А Ричард Марроу, оставив зубодера на милость толпы, вышел по улице Сент-Мартин на Олд-Чейндж. Неподалеку вовсю шла стройка, улицу оглашали крики: «Эй, ты!», «Ага!», «Ух!». Лошади и здоровенные псы-мастифы тянули повозки строителей. Во время коротких, хотя и частых перерывов рабочие играли в футбол или с кружками в руках распевали песни. Обычная для Лондона картина.
От шумной стройки Марроу повернул на Мейденхед-лейн и оказался в отлично знакомой ему части города. Здесь он был свой, и любой встречный-поперечный мог запросто окликнуть его по прозвищу: «Длинный Ричард» или «Долговязый Дик». О его тесных отношениях с Уильямом Эксмью никто не подозревал, но многие считали его «тронутым» или же «осененным» какой-то неземной силой. К примеру, он не выказывал ни малейшего почтения к богачам и знатным особам, при встрече с ними даже не бормотал приветственно «Храни вас Бог»; никогда не кланялся, не прятал руки в рукава, и, обращаясь к именитым господам, не сдергивал с головы шапку.
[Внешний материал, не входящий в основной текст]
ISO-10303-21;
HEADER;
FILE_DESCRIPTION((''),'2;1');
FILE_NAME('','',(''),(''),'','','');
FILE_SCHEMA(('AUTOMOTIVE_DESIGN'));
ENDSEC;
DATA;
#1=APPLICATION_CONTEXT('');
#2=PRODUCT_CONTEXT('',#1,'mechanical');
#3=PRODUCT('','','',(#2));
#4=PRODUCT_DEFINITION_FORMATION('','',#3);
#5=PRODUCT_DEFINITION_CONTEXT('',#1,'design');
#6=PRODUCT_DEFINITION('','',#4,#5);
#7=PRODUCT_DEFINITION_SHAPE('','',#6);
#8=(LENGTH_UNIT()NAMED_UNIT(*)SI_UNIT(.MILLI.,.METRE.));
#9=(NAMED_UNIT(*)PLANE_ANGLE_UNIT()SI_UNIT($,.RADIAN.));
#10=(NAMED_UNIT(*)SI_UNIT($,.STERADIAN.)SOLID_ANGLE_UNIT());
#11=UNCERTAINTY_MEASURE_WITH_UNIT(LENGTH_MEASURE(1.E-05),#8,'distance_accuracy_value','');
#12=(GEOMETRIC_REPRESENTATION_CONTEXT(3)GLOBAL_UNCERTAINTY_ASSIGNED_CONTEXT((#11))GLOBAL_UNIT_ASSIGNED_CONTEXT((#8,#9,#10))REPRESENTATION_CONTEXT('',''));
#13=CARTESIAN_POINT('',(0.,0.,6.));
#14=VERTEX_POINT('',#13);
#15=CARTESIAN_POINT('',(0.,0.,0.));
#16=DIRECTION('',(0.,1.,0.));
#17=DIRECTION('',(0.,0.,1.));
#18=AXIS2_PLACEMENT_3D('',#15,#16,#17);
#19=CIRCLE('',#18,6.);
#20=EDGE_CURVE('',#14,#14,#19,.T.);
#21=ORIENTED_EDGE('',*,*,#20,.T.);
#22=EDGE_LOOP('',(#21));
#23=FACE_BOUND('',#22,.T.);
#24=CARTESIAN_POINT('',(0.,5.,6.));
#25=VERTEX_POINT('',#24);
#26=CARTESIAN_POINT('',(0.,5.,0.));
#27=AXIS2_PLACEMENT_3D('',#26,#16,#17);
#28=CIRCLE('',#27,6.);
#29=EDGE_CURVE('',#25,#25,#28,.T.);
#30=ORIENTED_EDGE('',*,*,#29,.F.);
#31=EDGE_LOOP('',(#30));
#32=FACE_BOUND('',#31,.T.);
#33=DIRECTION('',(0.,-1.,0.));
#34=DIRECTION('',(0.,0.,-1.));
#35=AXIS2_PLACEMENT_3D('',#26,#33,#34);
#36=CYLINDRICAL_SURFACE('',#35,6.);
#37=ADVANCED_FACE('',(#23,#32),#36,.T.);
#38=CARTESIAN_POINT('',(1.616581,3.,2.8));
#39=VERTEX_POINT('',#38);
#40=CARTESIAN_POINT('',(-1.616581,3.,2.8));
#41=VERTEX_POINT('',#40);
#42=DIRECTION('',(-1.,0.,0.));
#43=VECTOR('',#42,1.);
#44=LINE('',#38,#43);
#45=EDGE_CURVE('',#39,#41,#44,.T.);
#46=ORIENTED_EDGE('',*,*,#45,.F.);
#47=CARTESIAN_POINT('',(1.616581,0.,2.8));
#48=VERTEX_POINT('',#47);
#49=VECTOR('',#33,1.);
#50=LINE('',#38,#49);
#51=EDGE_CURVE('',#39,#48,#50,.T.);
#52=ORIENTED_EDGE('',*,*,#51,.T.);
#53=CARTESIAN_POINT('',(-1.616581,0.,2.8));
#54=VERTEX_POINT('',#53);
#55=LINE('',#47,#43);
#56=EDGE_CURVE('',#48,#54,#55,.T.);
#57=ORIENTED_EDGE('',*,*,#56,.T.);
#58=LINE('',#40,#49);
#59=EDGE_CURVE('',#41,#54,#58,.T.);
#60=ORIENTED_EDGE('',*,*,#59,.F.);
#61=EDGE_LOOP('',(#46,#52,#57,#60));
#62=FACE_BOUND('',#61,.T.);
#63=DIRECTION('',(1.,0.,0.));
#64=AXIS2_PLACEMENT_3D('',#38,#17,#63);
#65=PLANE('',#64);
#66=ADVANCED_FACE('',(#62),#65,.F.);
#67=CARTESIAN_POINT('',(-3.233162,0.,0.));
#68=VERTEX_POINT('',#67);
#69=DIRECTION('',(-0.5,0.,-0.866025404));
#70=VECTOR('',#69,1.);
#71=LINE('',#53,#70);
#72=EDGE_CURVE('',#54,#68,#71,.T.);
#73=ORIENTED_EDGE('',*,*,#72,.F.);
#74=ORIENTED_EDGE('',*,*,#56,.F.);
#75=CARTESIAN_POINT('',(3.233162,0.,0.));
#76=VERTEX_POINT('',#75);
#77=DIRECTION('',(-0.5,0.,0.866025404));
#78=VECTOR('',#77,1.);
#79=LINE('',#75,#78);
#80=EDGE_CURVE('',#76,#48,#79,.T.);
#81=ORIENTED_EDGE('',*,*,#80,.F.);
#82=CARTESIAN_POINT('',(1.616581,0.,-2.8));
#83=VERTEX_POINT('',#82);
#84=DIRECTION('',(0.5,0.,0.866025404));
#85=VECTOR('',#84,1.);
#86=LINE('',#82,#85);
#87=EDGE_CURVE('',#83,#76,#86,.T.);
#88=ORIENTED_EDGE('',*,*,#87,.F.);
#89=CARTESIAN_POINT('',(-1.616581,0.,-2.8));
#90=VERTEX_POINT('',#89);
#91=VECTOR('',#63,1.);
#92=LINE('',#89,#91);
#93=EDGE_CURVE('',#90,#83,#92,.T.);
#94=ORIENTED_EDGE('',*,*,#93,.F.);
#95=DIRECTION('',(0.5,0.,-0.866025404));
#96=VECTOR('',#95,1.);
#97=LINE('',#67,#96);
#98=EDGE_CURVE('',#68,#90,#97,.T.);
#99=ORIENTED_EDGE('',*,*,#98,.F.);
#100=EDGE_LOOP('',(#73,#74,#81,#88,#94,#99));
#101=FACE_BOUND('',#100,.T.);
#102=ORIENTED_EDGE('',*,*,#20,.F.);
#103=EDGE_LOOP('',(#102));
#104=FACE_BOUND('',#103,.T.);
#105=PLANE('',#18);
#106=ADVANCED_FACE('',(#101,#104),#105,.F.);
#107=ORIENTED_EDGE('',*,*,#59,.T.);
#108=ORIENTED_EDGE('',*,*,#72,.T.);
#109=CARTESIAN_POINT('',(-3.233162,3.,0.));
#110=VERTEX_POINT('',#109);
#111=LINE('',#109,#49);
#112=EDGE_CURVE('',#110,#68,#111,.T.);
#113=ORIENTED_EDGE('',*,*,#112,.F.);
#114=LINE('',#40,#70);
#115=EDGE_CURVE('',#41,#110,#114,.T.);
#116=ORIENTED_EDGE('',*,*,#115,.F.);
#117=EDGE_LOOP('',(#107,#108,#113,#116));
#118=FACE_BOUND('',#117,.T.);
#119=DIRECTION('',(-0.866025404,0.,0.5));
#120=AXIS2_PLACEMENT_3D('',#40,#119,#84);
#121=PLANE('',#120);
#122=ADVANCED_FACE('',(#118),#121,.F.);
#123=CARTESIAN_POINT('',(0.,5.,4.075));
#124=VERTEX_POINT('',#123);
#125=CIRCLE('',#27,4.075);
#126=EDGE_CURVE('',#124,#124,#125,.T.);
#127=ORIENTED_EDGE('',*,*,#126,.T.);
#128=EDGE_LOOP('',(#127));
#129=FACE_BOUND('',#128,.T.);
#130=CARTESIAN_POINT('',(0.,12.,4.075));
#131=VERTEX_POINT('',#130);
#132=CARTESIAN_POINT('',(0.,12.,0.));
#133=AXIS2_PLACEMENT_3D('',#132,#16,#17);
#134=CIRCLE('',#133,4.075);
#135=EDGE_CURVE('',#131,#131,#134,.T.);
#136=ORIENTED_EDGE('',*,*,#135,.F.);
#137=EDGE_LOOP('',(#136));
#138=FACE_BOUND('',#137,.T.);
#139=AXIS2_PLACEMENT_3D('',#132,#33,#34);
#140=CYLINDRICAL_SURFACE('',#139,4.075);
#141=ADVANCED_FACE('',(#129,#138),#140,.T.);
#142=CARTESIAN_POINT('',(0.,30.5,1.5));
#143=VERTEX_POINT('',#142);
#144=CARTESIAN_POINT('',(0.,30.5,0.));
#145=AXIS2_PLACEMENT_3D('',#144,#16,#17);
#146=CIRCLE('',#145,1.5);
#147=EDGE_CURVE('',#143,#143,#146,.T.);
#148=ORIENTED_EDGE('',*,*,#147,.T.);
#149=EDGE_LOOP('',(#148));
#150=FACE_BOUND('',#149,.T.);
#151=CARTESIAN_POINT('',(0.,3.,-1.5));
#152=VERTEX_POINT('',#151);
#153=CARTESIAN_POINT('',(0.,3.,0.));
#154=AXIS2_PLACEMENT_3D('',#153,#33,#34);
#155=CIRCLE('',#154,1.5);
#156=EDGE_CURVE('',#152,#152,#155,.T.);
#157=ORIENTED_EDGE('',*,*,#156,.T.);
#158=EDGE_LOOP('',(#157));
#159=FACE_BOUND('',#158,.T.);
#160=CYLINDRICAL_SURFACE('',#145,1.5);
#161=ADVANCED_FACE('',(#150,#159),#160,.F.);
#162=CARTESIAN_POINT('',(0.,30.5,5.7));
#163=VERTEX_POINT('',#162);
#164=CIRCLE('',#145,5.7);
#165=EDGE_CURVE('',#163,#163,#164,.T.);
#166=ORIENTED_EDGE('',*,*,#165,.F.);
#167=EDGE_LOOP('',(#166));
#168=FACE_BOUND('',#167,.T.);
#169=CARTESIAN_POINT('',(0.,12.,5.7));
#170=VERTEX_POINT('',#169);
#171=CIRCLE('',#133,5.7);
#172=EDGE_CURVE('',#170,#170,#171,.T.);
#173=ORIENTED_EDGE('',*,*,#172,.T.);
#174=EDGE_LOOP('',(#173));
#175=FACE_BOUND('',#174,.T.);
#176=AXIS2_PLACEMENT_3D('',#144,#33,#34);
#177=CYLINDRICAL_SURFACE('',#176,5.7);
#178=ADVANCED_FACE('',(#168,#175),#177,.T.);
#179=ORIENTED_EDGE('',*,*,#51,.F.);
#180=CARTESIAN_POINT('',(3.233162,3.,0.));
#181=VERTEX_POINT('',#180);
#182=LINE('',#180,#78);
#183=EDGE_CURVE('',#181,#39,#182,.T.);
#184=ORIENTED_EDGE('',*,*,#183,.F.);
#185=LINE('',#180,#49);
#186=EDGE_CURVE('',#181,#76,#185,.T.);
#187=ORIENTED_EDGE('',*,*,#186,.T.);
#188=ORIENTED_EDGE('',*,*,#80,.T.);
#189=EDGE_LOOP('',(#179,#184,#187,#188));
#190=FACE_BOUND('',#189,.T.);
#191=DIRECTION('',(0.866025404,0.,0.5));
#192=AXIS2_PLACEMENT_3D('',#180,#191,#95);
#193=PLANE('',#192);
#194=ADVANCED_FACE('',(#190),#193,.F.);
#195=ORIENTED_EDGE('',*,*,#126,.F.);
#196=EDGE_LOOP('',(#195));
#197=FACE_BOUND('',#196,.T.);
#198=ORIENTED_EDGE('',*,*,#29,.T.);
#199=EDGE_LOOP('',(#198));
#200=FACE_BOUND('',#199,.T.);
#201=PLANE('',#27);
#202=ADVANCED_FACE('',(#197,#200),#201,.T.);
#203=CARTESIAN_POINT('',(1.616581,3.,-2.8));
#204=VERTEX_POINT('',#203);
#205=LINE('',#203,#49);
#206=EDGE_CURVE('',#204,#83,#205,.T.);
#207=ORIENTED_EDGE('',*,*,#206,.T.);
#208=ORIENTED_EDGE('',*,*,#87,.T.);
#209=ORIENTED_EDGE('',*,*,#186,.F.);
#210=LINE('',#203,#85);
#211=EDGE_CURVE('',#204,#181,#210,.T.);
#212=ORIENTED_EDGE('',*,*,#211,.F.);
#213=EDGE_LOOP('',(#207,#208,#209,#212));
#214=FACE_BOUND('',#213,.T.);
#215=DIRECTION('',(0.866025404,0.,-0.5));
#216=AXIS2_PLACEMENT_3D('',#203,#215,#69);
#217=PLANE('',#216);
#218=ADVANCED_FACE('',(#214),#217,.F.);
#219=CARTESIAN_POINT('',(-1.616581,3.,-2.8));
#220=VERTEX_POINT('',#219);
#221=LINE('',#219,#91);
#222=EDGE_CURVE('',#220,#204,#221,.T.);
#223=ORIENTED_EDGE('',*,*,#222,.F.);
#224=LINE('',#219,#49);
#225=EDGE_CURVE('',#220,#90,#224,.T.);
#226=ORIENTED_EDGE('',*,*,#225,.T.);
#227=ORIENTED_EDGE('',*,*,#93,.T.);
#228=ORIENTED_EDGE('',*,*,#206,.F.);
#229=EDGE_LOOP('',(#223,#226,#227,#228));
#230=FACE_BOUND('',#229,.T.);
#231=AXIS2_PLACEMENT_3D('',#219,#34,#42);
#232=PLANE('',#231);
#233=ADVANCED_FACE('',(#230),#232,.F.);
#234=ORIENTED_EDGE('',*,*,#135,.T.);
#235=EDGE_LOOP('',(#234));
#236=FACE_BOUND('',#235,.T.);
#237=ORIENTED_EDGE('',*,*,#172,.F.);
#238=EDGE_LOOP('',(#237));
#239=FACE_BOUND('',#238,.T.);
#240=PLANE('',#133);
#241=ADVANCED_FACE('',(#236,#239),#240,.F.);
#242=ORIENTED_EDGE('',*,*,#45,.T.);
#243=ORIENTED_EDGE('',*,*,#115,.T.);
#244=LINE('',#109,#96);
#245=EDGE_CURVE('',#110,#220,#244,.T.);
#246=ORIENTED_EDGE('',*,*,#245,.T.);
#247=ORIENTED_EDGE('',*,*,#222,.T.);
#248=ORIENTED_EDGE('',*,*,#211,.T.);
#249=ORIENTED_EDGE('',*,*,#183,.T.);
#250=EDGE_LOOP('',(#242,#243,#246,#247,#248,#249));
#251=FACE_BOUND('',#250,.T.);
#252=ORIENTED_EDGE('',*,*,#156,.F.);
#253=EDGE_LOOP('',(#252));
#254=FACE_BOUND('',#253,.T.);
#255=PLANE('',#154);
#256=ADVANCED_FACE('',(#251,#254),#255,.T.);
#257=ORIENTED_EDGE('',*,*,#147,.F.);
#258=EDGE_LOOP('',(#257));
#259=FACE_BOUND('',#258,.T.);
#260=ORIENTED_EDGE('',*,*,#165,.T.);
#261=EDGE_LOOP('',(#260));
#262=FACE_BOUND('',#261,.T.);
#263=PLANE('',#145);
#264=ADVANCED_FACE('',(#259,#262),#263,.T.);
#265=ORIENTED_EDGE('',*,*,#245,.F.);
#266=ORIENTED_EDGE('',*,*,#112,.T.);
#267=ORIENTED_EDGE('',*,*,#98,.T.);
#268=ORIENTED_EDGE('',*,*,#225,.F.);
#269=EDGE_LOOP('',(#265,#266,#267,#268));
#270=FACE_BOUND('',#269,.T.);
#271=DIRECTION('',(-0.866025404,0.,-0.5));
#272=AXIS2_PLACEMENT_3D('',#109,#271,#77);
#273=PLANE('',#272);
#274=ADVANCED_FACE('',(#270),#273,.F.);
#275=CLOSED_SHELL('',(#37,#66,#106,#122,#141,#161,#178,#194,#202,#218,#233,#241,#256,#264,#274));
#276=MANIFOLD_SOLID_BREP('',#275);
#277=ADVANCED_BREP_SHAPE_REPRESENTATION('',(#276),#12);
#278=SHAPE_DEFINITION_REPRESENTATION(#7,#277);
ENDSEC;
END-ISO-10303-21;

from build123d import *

# Parameters (mm, degrees)
SKETCH1_R                 = 6
BOSS_EXTRUDE1_DEPTH       = 5
CUT_EXTRUDE1_DEPTH        = 3
SKETCH3_R                 = 4.075
BOSS_EXTRUDE2_DEPTH       = 7
SKETCH4_R                 = 5.7
BOSS_EXTRUDE3_DEPTH       = 18.5
F_1_0MM_DOWEL_HOLE1_D     = 3
F_1_0MM_DOWEL_HOLE1_DEPTH = 30.5
F_1_0MM_DOWEL_HOLE1_TIP   = 0.901290929


with BuildPart() as part:
    # Sketch1 → Boss-Extrude1 (new body)
    with BuildSketch(Plane(origin=(0, 0, 0), x_dir=(1, 0, 0), z_dir=(0, 1, 0))):
        with Locations(Location((0, 0, 0), (0, 0, 270))):
            Circle(SKETCH1_R)
    extrude(amount=BOSS_EXTRUDE1_DEPTH)

    # Sketch2 → Cut-Extrude1 (cut)
    with BuildSketch(Plane.XZ):
        Polygon((3.233161507, 0), (1.616580754, 2.8), (-1.616580754, 2.8), (-3.233161507, 0), (-1.616580754, -2.8), (1.616580754, -2.8), align=None)
    extrude(amount=-CUT_EXTRUDE1_DEPTH, mode=Mode.SUBTRACT)

    # Sketch3 → Boss-Extrude2 (add)
    with BuildSketch(Plane(origin=(0, 5, 0), x_dir=(1, 0, 0), z_dir=(0, 1, 0))):
        with Locations(Location((0, 0, 0), (0, 0, 270))):
            Circle(SKETCH3_R)
    extrude(amount=BOSS_EXTRUDE2_DEPTH)

    # Sketch4 → Boss-Extrude3 (add)
    with BuildSketch(Plane(origin=(0, 12, 0), x_dir=(1, 0, 0), z_dir=(0, 1, 0))):
        with Locations(Location((0, 0, 0), (0, 0, 270))):
            Circle(SKETCH4_R)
Соседи, опасаясь за добрую славу своей округи, частенько бранили его за такое поведение, а он обыкновенно отвечал: «Да лучше я древоточцев есть буду, чем кланяться тупицам». Когда его спрашивали, почему он ходит в рванье, плотник отделывался притчей про павлина: не сумев разглядеть себя темной ночью, тот решил, что утратил свою красоту, и заорал на весь лес. Да понимает ли он, что таким поведением нарушает принятый в городе порядок, спрашивали Марроу, и он отвечал вопросом: «Нешто малая птаха, капнув в море, нарушит морской покой?» И добавлял: «К тому же, я слишком длинный, низко кланяться мне несподручно». Более набожные соседи говаривали, что плотник, наподобие высящегося посреди улицы креста, указывает путникам дорогу.
К вечеру Хэмо Фулберд вернулся в монастырь Сент-Бартоломью. Ютился он в небольшом каменном амбаре, стоявшем в углу церковного двора, возле внешней стены; спал на доске, покрытой слоем соломы; под окном на низеньком столе были аккуратно разложены его рабочие инструменты. Одно молчаливое присутствие волосяных кисточек, карандашей, глиняных мисок и стеклянных плошек умиротворяло его. Не было там ни шерстяных одеял, ни ковров, ни подушек. Всё просто и голо, как и сам амбар, разве только земляной пол покрыт тем же дерном, что и церковный двор за амбарной дверью. Усевшись на табурет, Хэмо принялся за пергамент, который за усердие дал ему учитель, отец Мэтью. Это был набросок к «Трем живым и трем мертвым»[21]— живые держат в руках свитки с написанными на них богохульствами: «Клянусь мощами Господа, эль был хорош», «Клянусь ступнями Христа, я тебя обыграю в кости» и даже «Клянусь сердцем Христовым, в город я все же поеду». Одна из фигур была нарисована плохо; Хэмо стал стирать ее кусочком вяленой рыбы, как вдруг в амбар неслышно вошел Эксмью.